Lichtblick für Afghanistan und Pakistan
Einen Lichtblick sieht der pensionierte Schweizer Arzt und Polio-Bekämpfer Urs Herzog. Er ist Mitglied bei der Organisation Rotary, die Teil der Allianz gegen Polio ist und für die Ausrottungskampagne in 40 Jahren rund 2 Milliarden Franken gesammelt hat. Herzog hat enge Kontakte zu Impfteams in Pakistan und Afghanistan.

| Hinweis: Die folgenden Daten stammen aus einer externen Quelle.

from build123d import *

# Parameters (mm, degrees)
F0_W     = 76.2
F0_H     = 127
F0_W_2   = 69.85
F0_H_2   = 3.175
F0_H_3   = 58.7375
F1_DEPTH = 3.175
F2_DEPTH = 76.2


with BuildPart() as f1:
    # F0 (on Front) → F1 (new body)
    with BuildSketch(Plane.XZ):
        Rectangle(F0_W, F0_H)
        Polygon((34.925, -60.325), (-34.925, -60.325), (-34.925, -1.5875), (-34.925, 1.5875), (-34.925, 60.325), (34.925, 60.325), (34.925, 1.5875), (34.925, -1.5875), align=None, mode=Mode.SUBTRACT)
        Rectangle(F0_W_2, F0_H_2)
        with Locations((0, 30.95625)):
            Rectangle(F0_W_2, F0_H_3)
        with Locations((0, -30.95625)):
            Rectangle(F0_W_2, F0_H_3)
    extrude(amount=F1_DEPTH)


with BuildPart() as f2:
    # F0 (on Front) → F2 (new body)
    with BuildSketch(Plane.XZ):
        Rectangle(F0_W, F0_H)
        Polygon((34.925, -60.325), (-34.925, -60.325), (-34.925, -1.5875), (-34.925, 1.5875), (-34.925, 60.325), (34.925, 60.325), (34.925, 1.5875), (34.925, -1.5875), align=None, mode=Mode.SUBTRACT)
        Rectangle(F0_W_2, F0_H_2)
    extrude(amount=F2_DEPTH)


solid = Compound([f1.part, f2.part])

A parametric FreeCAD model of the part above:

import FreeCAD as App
import Part
import Sketcher
from FreeCAD import Vector
Q = App.Units.Quantity


def add_polygon(sketch, points):
    """Adds a closed chain of lines whose ends are joined by coincident constraints."""
    first, n = sketch.GeometryCount, len(points)
    for a, b in zip(points, points[1:] + points[:1]):
        sketch.addGeometry(Part.LineSegment(App.Vector(*a, 0), App.Vector(*b, 0)), False)
    for i in range(n):
        sketch.addConstraint(Sketcher.Constraint("Coincident", first + i, 2, first + (i + 1) % n, 1))

doc = App.newDocument("Part")
body = doc.addObject("PartDesign::Body", "Body")

# Sketch on XZ plane
sketch1 = doc.addObject("Sketcher::SketchObject", "Sketch")
body.addObject(sketch1)
sketch1.AttachmentSupport = (doc.XZ_Plane, [""])
sketch1.MapMode = "FlatFace"
add_polygon(sketch1, [(-38.1, 63.5), (-38.1, -63.5), (38.1, -63.5), (38.1, 63.5)])  # lines 0-3
sketch1.addConstraint(Sketcher.Constraint("Vertical", 0))
sketch1.addConstraint(Sketcher.Constraint("Horizontal", 1))
sketch1.addConstraint(Sketcher.Constraint("Vertical", 2))
sketch1.addConstraint(Sketcher.Constraint("Horizontal", 3))
sketch1.addConstraint(Sketcher.Constraint("Symmetric", 0, 2, 2, 2, -1, 1))
sketch1.addConstraint(Sketcher.Constraint("DistanceX", 1, 1, 1, 2, Q("3 in")))
sketch1.addConstraint(Sketcher.Constraint("DistanceY", 0, 2, 0, 1, Q("5 in")))
pad1 = doc.addObject("PartDesign::Pad", "Pad")
body.addObject(pad1)
pad1.Profile = sketch1
pad1.Length = Q("0.125 in")
body2 = doc.addObject("PartDesign::Body", "Body001")

# Sketch on XZ plane
sketch2 = doc.addObject("Sketcher::SketchObject", "Sketch001")
body2.addObject(sketch2)
sketch2.AttachmentSupport = (doc.getObject("XZ_Plane001"), [""])
sketch2.MapMode = "FlatFace"
add_polygon(sketch2, [(-38.1, 63.5), (-38.1, -63.5), (38.1, -63.5), (38.1, 63.5)])  # lines 0-3
add_polygon(sketch2, [(34.925, 60.325), (34.925, 1.5875), (-34.925, 1.5875), (-34.925, 60.325)])  # lines 4-7
add_polygon(sketch2, [(34.925, -1.5875), (34.925, -60.325), (-34.925, -60.325), (-34.925, -1.5875)])  # lines 8-11
sketch2.addConstraint(Sketcher.Constraint("Vertical", 0))
sketch2.addConstraint(Sketcher.Constraint("Horizontal", 1))
sketch2.addConstraint(Sketcher.Constraint("Vertical", 2))
sketch2.addConstraint(Sketcher.Constraint("Horizontal", 3))
sketch2.addConstraint(Sketcher.Constraint("Vertical", 4))
sketch2.addConstraint(Sketcher.Constraint("Horizontal", 5))
sketch2.addConstraint(Sketcher.Constraint("Vertical", 6))
sketch2.addConstraint(Sketcher.Constraint("Horizontal", 7))
sketch2.addConstraint(Sketcher.Constraint("Vertical", 8))
sketch2.addConstraint(Sketcher.Constraint("Horizontal", 9))
sketch2.addConstraint(Sketcher.Constraint("Vertical", 10))
sketch2.addConstraint(Sketcher.Constraint("Horizontal", 11))
sketch2.addConstraint(Sketcher.Constraint("Symmetric", 0, 2, 2, 2, -1, 1))
sketch2.addConstraint(Sketcher.Constraint("Symmetric", 6, 2, 8, 2, -1, 1))
sketch2.addConstraint(Sketcher.Constraint("Symmetric", 4, 2, 10, 2, -1, 1))
sketch2.addConstraint(Sketcher.Constraint("Vertical", 7, 2, 8, 2))
sketch2.addConstraint(Sketcher.Constraint("DistanceX", 1, 1, 1, 2, Q("3 in")))
sketch2.addConstraint(Sketcher.Constraint("DistanceY", 0, 2, 0, 1, Q("5 in")))
sketch2.addConstraint(Sketcher.Constraint("DistanceX", 5, 2, 5, 1, Q("2.75 in")))
sketch2.addConstraint(Sketcher.Constraint("DistanceY", 4, 2, 4, 1, Q("2.3125 in")))
sketch2.addConstraint(Sketcher.Constraint("DistanceY", 8, 2, 7, 2, Q("4.75 in")))
pad2 = doc.addObject("PartDesign::Pad", "Pad001")
body2.addObject(pad2)
pad2.Profile = sketch2
pad2.Length = Q("3 in")

doc.recompute()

Er sagt: «Die Taliban haben ihre Gebiete für Gesundheitspersonal geöffnet, damit sie dort das Coronavirus bekämpfen können.» Viele dieser Einsatzkräfte arbeiten auch in Polio-Impfteams mit. So keime nun die Hoffnung, dass die Taliban auch die Polio-Impfung zulassen werden. Es wäre ein kleiner Schritt nach vorn.